**Stored items**.
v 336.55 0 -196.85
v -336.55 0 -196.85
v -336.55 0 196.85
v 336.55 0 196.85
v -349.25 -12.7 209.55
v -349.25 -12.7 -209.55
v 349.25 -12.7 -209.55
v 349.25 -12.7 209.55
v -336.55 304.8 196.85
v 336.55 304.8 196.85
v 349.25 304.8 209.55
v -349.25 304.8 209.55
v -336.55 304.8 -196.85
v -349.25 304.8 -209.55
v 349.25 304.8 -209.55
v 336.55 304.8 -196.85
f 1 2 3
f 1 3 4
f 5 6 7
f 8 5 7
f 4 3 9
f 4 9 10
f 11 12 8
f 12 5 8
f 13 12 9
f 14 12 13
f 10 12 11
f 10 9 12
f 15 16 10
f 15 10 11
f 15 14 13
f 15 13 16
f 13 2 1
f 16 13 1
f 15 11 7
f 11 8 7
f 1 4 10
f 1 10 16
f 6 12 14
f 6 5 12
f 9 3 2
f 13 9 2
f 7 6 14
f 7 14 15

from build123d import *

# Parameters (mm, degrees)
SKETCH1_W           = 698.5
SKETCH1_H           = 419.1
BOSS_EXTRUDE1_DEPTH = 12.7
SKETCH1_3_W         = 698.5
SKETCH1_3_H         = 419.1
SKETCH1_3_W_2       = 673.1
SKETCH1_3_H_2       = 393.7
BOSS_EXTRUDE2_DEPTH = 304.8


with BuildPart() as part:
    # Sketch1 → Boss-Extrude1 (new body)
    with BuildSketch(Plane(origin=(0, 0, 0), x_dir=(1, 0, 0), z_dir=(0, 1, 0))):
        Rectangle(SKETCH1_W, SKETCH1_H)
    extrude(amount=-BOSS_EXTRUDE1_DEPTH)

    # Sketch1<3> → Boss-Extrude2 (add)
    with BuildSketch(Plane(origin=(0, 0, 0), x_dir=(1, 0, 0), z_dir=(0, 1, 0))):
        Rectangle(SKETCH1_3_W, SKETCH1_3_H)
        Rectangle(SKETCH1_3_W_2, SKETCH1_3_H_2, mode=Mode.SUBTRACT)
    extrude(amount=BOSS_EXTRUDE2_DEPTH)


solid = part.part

...

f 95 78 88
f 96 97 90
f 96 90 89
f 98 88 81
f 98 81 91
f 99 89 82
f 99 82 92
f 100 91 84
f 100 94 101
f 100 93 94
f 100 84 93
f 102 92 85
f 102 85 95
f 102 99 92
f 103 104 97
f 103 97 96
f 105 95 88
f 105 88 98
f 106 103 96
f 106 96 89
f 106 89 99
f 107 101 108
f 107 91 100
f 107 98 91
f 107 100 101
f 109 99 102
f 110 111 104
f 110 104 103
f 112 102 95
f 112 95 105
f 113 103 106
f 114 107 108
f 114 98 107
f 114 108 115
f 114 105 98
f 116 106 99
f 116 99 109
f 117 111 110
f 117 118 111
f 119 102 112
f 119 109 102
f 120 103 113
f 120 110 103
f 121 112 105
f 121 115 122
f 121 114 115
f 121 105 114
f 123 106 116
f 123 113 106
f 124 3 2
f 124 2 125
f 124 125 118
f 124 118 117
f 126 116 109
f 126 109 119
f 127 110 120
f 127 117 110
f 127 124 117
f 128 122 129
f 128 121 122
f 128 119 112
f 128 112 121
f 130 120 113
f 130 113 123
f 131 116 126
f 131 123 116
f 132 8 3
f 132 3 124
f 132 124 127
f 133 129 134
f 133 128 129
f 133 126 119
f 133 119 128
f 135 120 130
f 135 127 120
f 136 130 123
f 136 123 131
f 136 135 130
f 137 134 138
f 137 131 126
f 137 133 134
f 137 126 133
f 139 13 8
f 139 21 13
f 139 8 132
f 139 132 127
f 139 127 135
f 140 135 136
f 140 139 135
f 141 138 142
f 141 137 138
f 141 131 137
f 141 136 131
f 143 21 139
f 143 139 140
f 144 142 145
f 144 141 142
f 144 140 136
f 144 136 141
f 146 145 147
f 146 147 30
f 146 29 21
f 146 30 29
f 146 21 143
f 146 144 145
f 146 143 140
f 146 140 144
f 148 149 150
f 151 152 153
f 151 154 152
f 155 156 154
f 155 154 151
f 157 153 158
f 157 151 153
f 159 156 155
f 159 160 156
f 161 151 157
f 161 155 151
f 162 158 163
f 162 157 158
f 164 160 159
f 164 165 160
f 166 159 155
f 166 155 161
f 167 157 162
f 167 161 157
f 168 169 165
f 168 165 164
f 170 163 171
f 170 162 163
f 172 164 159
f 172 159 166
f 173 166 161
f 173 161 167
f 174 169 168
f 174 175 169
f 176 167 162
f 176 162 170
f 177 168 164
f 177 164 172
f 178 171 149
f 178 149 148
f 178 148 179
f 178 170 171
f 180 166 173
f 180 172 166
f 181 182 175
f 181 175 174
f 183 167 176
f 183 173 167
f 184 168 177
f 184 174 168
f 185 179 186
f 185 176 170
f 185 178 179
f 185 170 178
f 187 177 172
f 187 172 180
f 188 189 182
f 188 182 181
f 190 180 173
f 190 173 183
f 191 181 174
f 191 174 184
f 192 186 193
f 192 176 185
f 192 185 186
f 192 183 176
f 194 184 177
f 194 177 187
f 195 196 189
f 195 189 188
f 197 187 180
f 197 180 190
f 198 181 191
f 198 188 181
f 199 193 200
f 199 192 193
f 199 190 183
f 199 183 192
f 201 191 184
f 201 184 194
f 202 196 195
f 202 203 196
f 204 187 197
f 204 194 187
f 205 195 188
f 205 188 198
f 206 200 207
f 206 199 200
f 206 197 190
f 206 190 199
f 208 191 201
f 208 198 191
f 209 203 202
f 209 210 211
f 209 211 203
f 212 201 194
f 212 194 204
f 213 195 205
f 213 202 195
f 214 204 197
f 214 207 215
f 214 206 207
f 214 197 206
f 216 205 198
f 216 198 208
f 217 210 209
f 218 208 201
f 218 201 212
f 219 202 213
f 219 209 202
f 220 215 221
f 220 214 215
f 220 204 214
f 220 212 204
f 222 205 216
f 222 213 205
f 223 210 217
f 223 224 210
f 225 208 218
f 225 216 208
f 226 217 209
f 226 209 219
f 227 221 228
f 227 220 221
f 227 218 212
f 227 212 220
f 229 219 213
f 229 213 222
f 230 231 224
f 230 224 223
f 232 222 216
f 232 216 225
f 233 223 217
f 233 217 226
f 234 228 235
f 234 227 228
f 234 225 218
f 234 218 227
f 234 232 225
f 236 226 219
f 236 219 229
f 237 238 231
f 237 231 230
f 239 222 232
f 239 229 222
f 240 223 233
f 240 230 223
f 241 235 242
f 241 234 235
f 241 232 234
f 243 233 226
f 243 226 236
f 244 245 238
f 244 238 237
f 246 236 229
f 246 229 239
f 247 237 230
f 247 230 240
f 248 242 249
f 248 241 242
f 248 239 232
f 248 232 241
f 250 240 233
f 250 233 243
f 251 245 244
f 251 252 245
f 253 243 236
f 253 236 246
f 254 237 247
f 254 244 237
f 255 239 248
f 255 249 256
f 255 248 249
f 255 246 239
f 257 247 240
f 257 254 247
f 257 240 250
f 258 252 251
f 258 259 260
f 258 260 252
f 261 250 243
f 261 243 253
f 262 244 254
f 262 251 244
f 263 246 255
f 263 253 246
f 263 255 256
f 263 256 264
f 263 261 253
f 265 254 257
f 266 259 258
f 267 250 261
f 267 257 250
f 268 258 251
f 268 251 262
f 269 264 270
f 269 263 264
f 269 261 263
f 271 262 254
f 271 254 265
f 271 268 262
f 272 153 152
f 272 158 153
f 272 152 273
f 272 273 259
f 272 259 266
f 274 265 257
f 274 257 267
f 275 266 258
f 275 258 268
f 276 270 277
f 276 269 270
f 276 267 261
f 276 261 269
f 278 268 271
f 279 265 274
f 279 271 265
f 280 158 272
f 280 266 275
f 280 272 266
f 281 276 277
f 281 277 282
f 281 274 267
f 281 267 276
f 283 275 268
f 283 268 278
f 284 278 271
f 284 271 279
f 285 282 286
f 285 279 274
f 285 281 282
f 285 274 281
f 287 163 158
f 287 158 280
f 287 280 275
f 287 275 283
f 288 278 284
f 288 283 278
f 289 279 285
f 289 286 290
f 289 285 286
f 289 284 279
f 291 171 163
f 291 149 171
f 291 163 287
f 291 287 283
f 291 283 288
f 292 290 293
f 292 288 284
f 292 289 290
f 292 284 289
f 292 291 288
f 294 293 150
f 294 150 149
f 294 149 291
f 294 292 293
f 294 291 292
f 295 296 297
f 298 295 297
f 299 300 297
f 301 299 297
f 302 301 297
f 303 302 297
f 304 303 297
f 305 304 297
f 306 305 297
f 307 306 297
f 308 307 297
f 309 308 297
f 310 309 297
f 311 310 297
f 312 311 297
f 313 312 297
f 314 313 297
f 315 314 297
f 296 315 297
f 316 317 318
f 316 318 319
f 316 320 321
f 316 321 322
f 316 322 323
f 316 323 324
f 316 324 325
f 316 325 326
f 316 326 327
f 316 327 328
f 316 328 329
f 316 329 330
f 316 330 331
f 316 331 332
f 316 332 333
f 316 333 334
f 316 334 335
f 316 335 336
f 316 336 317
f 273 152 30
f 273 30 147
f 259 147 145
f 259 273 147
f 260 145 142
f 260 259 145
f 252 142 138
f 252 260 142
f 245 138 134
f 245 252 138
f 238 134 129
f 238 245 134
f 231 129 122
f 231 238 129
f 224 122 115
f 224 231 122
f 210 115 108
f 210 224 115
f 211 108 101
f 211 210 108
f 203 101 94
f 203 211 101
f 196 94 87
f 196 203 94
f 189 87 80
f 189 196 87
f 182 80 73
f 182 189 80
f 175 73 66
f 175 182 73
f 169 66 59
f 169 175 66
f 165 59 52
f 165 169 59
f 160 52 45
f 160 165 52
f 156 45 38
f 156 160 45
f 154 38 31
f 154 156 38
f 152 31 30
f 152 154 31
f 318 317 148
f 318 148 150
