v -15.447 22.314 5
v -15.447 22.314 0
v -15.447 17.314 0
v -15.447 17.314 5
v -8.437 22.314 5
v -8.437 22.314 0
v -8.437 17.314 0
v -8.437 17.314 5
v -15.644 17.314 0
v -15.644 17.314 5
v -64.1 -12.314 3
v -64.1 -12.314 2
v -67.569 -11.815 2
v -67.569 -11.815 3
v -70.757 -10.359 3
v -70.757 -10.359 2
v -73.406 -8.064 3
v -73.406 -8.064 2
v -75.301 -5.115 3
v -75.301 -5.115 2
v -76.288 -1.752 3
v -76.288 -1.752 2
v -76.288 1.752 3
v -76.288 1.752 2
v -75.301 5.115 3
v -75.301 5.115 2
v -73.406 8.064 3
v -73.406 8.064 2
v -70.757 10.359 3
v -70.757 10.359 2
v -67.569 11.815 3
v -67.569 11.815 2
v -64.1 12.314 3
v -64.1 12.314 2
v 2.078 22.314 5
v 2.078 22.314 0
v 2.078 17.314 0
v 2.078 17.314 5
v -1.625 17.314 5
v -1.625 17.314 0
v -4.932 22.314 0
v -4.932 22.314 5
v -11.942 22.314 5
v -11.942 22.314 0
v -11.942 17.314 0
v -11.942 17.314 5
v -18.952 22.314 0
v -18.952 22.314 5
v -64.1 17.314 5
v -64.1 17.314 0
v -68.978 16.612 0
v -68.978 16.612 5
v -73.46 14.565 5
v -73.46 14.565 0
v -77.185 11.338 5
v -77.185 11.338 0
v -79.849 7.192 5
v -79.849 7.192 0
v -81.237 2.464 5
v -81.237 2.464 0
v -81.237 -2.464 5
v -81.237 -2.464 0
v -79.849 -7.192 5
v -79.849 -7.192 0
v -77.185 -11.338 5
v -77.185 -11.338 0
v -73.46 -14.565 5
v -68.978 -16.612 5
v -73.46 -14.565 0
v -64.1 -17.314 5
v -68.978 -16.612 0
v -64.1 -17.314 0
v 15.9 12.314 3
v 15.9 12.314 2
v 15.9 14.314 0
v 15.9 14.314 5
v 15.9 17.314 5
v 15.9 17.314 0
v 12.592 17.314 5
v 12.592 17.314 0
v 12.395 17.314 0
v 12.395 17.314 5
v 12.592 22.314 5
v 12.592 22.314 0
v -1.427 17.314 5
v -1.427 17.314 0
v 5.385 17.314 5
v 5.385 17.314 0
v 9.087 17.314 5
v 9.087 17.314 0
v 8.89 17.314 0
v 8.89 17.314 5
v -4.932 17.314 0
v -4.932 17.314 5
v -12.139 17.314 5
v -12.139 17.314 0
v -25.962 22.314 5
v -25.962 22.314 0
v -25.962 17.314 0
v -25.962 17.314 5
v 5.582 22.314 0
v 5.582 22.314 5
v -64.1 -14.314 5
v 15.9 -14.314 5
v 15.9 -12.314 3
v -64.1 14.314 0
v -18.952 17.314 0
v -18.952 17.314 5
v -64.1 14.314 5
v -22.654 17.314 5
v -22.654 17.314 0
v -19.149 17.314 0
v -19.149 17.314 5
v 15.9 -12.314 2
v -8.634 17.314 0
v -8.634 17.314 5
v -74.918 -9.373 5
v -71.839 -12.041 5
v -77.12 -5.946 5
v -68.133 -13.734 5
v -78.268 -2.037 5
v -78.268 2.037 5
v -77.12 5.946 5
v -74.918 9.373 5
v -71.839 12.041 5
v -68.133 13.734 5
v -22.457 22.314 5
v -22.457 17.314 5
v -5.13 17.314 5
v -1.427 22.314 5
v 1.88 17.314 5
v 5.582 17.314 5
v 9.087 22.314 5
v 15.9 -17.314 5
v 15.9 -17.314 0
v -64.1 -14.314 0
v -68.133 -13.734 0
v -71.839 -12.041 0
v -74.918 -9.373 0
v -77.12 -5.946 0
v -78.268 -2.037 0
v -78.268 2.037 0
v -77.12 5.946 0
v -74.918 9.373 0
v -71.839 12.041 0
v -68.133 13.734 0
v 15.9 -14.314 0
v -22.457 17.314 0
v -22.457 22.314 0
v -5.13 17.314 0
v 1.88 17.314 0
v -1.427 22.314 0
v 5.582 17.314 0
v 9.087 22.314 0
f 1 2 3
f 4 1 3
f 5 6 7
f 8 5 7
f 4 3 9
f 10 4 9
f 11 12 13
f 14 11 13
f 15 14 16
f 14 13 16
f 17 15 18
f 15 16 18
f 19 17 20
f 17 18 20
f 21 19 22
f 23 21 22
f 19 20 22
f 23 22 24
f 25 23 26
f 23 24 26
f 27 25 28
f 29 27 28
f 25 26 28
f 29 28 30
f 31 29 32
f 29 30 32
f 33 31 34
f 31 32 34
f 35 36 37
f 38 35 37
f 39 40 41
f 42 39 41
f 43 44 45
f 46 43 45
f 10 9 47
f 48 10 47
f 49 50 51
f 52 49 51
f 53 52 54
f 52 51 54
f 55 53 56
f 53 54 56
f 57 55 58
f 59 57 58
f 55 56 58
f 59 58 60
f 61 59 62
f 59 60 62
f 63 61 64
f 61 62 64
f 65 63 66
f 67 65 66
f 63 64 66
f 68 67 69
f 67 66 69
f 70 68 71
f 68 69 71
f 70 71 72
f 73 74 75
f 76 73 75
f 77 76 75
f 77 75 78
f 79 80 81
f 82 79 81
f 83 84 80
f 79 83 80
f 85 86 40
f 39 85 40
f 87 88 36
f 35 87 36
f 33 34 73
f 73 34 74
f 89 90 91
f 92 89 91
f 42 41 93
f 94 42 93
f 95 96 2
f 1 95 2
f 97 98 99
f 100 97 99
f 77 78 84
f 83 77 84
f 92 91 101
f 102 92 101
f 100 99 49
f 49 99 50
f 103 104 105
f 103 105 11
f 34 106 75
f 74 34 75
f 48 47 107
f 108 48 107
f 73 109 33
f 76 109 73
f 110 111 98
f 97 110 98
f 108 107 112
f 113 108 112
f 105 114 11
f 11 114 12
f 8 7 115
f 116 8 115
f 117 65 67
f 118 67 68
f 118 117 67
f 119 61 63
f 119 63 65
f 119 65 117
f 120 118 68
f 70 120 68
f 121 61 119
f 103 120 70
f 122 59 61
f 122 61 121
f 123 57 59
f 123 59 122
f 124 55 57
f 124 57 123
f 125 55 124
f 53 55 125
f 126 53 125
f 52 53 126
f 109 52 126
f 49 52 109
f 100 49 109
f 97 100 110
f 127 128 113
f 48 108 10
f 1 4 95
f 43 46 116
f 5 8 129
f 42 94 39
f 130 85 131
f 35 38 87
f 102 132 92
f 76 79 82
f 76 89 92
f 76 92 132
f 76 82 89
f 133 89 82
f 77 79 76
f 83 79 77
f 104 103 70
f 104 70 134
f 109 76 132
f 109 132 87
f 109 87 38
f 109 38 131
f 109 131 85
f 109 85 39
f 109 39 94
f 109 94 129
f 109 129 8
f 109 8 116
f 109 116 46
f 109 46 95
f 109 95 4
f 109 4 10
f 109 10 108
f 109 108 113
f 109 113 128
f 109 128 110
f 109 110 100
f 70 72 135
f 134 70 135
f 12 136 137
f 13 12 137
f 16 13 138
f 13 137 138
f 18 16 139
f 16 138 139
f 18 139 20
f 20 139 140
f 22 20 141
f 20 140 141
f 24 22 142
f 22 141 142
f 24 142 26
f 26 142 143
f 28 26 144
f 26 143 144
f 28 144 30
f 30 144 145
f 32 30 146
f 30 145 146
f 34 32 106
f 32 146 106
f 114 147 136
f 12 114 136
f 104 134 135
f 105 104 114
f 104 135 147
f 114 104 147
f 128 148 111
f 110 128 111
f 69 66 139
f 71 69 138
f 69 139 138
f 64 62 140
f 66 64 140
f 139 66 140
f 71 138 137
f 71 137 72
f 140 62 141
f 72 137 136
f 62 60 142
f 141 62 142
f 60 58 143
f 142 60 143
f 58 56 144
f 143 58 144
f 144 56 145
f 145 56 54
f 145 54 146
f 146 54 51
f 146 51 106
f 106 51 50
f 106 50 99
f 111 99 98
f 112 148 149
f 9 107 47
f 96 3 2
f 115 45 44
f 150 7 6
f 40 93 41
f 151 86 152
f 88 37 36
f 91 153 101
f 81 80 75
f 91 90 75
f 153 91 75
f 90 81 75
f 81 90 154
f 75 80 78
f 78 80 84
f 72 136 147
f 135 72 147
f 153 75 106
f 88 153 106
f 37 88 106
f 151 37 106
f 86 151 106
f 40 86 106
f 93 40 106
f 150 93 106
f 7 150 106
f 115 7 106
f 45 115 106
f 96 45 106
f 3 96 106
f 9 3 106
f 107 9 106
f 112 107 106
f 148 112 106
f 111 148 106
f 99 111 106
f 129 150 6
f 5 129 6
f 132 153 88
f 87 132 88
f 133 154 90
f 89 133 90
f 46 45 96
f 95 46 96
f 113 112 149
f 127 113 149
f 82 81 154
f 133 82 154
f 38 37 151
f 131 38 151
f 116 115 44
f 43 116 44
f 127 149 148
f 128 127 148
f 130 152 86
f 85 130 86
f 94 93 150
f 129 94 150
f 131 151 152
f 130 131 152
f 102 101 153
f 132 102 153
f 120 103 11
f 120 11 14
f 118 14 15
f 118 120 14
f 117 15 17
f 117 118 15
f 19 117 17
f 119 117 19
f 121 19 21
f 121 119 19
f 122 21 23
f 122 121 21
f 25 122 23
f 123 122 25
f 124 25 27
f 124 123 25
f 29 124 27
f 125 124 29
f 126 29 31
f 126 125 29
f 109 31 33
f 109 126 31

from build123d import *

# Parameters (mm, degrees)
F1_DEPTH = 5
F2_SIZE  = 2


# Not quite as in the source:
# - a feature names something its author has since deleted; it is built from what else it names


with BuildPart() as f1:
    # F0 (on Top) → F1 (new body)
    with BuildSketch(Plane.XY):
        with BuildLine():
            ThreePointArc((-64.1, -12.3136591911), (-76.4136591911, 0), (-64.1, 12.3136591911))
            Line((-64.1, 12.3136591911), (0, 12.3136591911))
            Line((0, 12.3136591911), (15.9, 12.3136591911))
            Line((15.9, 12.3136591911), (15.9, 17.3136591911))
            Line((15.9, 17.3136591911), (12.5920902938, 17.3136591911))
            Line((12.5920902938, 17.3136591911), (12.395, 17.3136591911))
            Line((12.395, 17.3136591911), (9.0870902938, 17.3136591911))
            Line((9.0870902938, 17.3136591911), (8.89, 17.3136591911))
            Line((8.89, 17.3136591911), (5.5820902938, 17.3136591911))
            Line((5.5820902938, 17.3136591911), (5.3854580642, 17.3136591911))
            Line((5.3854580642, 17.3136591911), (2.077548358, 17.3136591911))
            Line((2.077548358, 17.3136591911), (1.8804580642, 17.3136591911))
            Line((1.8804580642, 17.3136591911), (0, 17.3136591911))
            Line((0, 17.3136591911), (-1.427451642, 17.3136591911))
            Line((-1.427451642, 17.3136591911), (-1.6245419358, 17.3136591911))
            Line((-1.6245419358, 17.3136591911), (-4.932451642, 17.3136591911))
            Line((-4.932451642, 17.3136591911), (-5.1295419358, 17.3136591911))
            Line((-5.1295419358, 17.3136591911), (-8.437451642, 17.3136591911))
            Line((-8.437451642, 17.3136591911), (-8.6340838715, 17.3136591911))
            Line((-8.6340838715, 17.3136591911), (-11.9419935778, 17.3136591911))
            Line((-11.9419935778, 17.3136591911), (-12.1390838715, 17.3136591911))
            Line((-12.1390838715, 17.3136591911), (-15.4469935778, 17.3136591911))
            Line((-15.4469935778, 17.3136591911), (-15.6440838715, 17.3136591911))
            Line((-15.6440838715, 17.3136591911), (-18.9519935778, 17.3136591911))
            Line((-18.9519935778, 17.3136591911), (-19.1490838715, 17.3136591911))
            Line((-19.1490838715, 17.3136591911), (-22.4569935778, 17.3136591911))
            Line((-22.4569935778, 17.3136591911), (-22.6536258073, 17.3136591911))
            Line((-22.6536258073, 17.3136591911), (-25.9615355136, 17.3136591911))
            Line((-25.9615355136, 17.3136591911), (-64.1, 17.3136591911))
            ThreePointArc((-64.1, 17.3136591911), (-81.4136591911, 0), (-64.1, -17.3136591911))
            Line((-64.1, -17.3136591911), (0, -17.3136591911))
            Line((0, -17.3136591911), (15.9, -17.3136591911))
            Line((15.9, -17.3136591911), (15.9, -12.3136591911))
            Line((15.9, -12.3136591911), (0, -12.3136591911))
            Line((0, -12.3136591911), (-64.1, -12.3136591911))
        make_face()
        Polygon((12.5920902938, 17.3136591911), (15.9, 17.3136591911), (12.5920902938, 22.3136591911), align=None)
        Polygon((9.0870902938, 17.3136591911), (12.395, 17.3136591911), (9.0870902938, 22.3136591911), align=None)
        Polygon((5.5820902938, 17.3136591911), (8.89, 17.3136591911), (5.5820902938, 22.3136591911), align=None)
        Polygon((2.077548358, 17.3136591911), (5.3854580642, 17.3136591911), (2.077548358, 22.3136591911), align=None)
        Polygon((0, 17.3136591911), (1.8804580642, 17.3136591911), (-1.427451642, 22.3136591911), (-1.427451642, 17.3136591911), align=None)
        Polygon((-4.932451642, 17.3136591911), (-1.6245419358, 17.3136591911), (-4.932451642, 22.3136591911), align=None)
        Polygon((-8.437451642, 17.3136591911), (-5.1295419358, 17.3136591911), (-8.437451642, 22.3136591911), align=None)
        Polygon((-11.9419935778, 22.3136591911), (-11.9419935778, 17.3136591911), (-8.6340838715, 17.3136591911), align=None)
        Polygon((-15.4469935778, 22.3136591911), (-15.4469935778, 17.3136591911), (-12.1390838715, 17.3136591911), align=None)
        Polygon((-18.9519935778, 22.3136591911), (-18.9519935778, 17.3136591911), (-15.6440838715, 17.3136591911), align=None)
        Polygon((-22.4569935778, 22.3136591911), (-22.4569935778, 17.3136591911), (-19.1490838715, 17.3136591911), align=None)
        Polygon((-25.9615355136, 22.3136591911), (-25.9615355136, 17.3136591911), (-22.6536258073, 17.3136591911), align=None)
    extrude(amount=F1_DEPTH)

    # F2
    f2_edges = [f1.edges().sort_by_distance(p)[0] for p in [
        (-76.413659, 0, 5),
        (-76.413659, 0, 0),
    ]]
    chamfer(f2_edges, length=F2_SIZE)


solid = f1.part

**Problem statement**.
Going back over the entries above, copy word for word every line from the one that has "f 100 49 109" on through the one that has "f 22 20 141".

**Solution to the exercise**.
f 100 49 109
f 97 100 110
f 127 128 113
f 48 108 10
f 1 4 95
f 43 46 116
f 5 8 129
f 42 94 39
f 130 85 131
f 35 38 87
f 102 132 92
f 76 79 82
f 76 89 92
f 76 92 132
f 76 82 89
f 133 89 82
f 77 79 76
f 83 79 77
f 104 103 70
f 104 70 134
f 109 76 132
f 109 132 87
f 109 87 38
f 109 38 131
f 109 131 85
f 109 85 39
f 109 39 94
f 109 94 129
f 109 129 8
f 109 8 116
f 109 116 46
f 109 46 95
f 109 95 4
f 109 4 10
f 109 10 108
f 109 108 113
f 109 113 128
f 109 128 110
f 109 110 100
f 70 72 135
f 134 70 135
f 12 136 137
f 13 12 137
f 16 13 138
f 13 137 138
f 18 16 139
f 16 138 139
f 18 139 20
f 20 139 140
f 22 20 141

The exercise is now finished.